• **Exercise objective**
From the records below, print exactly the lines starting at the one containing "f 3 153 152" and ending at the one containing "f 190 147 19", ends included, and nothing else.

• **Record extracts**
##########

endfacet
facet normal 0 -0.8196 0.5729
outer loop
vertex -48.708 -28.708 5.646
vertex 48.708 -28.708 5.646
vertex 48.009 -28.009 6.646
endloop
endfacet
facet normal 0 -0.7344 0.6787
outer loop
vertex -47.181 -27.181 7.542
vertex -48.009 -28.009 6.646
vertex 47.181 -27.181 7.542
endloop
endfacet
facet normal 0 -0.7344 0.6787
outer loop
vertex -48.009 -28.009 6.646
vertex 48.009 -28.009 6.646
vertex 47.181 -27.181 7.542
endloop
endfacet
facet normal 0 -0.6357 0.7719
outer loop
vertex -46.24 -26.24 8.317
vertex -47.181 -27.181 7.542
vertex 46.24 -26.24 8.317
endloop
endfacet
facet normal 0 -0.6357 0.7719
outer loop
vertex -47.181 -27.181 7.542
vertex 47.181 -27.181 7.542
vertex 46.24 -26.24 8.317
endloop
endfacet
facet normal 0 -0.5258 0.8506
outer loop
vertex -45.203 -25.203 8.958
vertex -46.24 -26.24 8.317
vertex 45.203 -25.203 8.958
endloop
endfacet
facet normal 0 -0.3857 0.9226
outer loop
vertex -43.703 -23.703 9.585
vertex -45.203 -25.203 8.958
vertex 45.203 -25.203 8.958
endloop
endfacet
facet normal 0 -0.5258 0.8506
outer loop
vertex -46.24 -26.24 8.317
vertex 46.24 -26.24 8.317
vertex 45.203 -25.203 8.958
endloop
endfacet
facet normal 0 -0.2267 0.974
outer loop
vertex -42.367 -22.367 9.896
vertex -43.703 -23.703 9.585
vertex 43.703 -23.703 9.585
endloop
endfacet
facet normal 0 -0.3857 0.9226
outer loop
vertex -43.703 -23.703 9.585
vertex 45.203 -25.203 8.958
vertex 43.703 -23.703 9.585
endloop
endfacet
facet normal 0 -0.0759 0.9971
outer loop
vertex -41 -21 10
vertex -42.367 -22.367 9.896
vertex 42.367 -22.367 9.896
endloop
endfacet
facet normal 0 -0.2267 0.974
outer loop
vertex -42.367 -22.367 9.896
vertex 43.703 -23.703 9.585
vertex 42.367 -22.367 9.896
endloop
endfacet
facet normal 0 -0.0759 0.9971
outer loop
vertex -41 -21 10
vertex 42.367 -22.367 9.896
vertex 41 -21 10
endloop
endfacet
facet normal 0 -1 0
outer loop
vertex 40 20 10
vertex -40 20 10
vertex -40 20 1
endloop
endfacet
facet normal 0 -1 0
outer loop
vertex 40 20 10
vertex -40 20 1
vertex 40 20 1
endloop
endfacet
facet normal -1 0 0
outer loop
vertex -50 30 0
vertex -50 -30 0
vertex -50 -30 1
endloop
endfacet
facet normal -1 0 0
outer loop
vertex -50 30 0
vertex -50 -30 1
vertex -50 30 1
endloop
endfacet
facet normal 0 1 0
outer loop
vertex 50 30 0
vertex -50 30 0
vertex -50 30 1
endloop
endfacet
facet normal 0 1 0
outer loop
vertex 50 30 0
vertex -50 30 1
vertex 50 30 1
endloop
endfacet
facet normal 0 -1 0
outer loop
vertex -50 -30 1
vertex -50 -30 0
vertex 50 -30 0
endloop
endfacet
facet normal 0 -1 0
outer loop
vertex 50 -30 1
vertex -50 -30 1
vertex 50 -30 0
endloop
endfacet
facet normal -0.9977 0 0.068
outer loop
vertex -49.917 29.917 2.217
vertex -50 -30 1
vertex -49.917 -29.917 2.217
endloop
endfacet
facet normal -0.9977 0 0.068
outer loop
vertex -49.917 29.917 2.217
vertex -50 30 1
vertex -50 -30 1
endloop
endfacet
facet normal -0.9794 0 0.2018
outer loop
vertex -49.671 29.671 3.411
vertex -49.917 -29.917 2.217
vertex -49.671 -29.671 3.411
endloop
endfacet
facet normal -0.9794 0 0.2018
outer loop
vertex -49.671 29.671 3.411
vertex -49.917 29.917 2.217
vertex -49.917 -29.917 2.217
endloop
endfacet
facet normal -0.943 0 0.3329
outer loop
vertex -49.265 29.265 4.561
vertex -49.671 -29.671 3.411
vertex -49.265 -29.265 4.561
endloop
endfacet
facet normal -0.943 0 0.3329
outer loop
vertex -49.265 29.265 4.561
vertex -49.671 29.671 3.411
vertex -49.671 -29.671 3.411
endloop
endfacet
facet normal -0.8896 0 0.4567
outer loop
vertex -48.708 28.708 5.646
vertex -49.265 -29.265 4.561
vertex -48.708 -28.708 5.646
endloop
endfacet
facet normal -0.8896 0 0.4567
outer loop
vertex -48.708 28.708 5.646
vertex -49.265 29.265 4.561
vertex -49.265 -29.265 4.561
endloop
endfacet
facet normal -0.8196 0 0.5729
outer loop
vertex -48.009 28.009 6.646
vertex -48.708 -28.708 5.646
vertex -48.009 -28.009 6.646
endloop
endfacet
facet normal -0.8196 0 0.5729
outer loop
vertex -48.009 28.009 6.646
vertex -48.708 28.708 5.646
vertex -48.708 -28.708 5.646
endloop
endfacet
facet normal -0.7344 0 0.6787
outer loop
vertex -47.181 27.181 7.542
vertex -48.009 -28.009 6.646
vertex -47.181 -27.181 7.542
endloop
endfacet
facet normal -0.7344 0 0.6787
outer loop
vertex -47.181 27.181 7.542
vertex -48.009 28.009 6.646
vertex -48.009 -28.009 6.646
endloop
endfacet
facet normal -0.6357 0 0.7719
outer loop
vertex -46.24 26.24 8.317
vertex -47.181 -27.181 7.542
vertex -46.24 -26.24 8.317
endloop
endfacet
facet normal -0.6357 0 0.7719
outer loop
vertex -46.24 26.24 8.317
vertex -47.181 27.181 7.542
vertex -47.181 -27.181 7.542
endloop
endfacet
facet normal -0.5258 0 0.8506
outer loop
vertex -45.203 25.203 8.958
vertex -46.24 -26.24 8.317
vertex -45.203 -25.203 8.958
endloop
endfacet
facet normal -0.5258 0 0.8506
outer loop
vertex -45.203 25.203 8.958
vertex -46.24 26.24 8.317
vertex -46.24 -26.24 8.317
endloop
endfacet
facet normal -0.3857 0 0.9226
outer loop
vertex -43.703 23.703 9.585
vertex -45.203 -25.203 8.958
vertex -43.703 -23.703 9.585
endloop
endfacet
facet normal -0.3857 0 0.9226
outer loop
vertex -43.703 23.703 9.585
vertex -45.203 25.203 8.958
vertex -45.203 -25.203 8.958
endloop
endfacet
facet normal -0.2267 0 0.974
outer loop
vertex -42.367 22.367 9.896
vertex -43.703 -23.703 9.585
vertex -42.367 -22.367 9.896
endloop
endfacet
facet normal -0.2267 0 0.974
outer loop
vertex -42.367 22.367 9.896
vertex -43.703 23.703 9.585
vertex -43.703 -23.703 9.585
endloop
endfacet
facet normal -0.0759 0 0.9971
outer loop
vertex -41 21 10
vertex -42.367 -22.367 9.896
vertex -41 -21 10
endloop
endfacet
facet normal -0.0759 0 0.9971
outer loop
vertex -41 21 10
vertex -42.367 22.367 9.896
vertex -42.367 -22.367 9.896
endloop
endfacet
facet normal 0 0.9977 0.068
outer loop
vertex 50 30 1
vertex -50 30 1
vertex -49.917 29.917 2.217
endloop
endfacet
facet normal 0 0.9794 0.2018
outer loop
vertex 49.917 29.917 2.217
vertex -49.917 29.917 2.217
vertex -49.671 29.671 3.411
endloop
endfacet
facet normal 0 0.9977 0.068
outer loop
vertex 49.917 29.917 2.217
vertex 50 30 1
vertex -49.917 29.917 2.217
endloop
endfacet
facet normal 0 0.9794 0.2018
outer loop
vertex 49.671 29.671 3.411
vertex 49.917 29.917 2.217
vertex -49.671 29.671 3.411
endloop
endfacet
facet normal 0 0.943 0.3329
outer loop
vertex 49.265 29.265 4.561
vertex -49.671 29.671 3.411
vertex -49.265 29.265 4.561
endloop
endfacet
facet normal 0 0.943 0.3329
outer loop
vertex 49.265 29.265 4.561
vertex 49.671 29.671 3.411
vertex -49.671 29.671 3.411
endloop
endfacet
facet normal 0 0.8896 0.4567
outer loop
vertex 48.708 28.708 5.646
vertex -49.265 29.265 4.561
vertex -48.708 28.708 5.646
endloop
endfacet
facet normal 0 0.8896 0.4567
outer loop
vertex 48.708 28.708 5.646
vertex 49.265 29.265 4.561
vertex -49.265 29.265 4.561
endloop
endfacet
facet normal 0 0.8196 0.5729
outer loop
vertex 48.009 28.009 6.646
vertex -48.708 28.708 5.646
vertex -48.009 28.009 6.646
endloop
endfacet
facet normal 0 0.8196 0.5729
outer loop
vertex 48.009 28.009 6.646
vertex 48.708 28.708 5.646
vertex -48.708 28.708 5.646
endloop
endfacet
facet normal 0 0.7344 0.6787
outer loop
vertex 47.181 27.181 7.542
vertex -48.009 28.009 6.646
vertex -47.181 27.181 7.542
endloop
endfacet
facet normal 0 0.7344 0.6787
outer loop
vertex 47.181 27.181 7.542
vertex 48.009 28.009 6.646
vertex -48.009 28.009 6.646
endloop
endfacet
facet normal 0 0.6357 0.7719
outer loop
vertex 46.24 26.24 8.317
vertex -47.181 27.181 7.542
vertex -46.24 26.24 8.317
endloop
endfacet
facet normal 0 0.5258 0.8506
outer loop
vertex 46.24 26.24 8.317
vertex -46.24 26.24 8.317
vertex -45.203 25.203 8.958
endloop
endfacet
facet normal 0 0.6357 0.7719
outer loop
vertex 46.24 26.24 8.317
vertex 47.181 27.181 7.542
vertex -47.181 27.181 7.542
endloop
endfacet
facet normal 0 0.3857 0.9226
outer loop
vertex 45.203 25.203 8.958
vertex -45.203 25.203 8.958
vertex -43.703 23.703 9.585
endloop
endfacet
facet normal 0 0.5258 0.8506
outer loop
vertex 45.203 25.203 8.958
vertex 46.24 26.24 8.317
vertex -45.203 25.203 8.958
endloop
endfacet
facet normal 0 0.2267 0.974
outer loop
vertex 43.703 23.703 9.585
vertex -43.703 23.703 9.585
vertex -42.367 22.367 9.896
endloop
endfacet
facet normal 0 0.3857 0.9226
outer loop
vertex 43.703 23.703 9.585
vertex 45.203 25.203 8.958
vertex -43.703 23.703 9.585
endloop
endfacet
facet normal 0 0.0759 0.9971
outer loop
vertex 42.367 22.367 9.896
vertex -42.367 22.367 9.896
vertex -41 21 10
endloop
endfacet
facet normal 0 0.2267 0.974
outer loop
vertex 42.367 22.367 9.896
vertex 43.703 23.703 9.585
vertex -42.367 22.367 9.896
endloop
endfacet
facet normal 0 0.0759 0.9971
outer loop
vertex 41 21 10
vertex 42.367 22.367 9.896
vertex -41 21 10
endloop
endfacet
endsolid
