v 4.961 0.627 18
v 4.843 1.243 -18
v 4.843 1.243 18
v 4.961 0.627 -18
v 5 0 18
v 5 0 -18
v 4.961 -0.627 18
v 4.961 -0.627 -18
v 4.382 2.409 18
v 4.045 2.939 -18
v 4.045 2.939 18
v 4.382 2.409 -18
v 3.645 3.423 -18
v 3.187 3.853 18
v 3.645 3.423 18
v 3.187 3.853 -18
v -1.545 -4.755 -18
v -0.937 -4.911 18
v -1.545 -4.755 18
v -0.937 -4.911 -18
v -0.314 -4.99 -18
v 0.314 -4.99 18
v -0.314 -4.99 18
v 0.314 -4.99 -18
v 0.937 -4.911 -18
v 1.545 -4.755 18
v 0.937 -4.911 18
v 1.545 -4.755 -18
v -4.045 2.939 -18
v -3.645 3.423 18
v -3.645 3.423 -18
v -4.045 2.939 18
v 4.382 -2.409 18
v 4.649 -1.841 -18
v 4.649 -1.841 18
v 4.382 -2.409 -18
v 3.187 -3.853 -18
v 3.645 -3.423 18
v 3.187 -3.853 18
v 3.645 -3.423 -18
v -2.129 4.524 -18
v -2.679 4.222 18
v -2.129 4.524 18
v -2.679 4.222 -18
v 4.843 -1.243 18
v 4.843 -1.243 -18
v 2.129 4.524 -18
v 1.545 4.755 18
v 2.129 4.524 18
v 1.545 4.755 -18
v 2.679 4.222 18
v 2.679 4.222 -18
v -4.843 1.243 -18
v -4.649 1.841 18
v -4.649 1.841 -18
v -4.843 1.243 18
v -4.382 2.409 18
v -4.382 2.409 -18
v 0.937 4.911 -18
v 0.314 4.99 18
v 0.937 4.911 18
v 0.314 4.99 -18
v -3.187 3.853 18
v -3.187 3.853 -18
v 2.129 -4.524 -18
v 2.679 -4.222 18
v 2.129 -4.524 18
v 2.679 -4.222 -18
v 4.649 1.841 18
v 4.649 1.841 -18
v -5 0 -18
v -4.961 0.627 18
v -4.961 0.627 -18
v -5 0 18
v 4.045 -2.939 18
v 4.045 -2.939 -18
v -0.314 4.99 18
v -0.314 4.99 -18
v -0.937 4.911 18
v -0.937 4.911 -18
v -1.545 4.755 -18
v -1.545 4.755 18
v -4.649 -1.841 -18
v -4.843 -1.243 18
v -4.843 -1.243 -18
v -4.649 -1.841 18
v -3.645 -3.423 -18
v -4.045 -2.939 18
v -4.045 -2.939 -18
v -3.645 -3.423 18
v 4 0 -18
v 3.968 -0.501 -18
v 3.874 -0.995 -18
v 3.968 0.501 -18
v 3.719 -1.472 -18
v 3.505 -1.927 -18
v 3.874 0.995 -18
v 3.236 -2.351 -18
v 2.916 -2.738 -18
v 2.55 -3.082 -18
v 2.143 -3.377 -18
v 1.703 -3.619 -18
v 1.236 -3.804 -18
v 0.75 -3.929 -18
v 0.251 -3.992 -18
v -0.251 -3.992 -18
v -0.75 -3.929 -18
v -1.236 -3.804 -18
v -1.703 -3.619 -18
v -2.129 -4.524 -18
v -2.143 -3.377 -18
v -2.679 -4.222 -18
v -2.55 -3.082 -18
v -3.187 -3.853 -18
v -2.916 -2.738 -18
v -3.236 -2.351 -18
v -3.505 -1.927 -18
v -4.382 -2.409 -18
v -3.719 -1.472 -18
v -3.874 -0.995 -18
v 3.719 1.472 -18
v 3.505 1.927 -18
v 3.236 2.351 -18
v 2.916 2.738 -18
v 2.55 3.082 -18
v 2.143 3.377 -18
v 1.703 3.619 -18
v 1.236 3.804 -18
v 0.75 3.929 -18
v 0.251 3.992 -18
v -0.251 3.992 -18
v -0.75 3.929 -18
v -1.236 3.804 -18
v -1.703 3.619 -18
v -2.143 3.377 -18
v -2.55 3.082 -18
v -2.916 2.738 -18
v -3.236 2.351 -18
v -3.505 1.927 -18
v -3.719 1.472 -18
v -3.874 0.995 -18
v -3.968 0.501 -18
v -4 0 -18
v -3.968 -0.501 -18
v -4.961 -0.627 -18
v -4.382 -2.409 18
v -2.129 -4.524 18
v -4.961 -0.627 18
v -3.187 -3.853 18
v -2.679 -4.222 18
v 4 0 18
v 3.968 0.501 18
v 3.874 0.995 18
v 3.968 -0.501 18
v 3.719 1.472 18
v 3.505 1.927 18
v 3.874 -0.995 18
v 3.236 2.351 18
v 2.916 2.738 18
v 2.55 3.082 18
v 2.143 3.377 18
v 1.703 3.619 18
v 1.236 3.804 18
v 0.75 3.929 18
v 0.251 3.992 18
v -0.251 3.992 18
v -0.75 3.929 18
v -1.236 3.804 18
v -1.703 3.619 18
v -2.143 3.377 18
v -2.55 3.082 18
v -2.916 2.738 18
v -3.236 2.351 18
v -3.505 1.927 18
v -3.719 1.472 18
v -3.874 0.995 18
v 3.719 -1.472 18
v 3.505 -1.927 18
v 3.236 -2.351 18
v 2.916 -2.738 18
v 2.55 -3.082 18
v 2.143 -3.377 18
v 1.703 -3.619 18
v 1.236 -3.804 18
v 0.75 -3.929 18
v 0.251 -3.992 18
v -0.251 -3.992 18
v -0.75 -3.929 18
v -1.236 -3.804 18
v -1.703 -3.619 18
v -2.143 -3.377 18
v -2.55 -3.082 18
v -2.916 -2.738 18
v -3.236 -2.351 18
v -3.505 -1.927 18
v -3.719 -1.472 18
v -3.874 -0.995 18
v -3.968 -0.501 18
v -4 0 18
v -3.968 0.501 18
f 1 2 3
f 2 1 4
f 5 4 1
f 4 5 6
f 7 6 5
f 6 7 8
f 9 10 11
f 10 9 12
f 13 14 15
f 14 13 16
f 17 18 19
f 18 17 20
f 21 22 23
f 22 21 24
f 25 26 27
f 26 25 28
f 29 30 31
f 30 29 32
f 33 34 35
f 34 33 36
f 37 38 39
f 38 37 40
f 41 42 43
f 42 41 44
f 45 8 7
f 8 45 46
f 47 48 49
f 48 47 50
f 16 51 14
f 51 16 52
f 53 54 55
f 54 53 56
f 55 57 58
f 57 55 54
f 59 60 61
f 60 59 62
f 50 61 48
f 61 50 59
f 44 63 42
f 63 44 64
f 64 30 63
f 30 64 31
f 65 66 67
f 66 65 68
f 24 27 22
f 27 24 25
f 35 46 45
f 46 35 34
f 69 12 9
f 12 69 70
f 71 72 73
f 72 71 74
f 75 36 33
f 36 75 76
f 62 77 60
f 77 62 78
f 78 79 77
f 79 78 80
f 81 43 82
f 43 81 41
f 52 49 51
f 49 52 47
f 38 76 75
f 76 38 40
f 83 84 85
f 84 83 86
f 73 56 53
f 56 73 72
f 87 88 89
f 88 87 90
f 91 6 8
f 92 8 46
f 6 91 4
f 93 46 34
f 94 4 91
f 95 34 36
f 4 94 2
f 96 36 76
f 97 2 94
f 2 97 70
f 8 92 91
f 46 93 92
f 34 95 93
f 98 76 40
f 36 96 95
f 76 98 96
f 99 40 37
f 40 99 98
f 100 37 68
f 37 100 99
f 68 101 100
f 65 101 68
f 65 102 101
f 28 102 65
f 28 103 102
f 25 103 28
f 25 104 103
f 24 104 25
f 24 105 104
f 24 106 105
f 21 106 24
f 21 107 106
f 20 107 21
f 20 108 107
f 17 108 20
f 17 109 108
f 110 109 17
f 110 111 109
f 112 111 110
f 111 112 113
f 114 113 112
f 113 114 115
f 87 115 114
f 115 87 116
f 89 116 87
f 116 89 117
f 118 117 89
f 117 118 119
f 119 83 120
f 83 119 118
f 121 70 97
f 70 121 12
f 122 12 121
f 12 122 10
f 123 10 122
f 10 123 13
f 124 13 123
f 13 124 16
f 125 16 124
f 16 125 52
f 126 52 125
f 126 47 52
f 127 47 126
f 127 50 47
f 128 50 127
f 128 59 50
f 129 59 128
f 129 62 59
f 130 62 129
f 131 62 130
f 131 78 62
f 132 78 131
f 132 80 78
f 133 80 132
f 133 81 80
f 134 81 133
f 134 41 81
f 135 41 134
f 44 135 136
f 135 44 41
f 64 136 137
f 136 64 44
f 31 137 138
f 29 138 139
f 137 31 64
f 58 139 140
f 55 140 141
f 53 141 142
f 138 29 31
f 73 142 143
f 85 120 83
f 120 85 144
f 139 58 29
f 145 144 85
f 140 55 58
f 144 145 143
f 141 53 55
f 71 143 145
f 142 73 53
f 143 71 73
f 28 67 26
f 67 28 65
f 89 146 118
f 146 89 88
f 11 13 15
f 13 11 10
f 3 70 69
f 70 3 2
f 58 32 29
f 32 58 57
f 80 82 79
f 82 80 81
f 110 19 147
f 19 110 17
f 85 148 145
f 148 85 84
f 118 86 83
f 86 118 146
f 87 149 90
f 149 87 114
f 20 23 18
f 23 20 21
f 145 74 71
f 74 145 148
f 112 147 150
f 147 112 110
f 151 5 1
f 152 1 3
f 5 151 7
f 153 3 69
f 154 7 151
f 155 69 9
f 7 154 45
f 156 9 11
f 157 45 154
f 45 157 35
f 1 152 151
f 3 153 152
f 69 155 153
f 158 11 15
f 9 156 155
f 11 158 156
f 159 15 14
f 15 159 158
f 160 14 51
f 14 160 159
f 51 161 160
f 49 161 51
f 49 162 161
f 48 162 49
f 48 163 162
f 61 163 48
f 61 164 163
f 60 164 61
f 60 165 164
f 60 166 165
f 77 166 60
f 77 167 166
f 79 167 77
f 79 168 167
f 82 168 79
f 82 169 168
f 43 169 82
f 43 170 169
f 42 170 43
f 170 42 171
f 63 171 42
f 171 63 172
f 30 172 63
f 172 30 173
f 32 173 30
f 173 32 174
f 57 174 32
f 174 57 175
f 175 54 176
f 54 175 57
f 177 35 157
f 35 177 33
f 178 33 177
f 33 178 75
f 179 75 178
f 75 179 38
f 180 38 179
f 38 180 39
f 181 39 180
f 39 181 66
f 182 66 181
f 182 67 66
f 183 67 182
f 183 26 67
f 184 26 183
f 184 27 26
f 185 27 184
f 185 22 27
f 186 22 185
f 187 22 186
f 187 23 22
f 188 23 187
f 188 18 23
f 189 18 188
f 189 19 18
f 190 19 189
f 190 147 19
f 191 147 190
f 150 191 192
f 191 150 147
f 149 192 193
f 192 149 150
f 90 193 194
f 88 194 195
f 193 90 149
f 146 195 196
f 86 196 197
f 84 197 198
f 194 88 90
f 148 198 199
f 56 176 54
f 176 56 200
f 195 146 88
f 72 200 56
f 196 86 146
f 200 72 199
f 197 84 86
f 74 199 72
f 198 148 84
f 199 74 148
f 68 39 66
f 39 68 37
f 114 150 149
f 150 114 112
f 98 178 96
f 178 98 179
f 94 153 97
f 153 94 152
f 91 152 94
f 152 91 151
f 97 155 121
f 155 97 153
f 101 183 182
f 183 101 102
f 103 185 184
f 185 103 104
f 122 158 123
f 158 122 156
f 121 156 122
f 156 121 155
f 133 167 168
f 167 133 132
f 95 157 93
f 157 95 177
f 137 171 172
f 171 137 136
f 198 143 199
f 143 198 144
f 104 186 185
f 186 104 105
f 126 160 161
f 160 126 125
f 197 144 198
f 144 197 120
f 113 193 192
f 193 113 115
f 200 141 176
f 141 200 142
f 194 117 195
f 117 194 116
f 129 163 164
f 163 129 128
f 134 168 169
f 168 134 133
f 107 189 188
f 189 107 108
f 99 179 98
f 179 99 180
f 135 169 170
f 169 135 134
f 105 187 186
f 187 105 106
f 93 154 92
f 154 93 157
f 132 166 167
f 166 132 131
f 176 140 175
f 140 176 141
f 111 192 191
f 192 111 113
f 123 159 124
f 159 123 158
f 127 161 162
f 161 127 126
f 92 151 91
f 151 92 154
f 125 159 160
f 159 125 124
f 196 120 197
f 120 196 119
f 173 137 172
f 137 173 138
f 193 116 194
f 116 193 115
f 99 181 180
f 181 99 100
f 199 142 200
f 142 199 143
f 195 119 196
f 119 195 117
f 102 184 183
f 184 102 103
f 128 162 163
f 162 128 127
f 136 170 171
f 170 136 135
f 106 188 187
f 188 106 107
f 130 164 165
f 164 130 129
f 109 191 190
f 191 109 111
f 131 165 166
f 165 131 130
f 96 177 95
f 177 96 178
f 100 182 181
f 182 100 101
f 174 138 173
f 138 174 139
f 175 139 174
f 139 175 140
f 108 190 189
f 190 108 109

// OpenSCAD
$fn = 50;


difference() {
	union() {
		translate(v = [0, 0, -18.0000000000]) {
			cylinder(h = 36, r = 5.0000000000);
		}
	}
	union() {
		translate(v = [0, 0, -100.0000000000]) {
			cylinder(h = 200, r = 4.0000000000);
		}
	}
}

##########

• **Written answer**
f 3 153 152
f 69 155 153
f 158 11 15
f 9 156 155
f 11 158 156
f 159 15 14
f 15 159 158
f 160 14 51
f 14 160 159
f 51 161 160
f 49 161 51
f 49 162 161
f 48 162 49
f 48 163 162
f 61 163 48
f 61 164 163
f 60 164 61
f 60 165 164
f 60 166 165
f 77 166 60
f 77 167 166
f 79 167 77
f 79 168 167
f 82 168 79
f 82 169 168
f 43 169 82
f 43 170 169
f 42 170 43
f 170 42 171
f 63 171 42
f 171 63 172
f 30 172 63
f 172 30 173
f 32 173 30
f 173 32 174
f 57 174 32
f 174 57 175
f 175 54 176
f 54 175 57
f 177 35 157
f 35 177 33
f 178 33 177
f 33 178 75
f 179 75 178
f 75 179 38
f 180 38 179
f 38 180 39
f 181 39 180
f 39 181 66
f 182 66 181
f 182 67 66
f 183 67 182
f 183 26 67
f 184 26 183
f 184 27 26
f 185 27 184
f 185 22 27
f 186 22 185
f 187 22 186
f 187 23 22
f 188 23 187
f 188 18 23
f 189 18 188
f 189 19 18
f 190 19 189
f 190 147 19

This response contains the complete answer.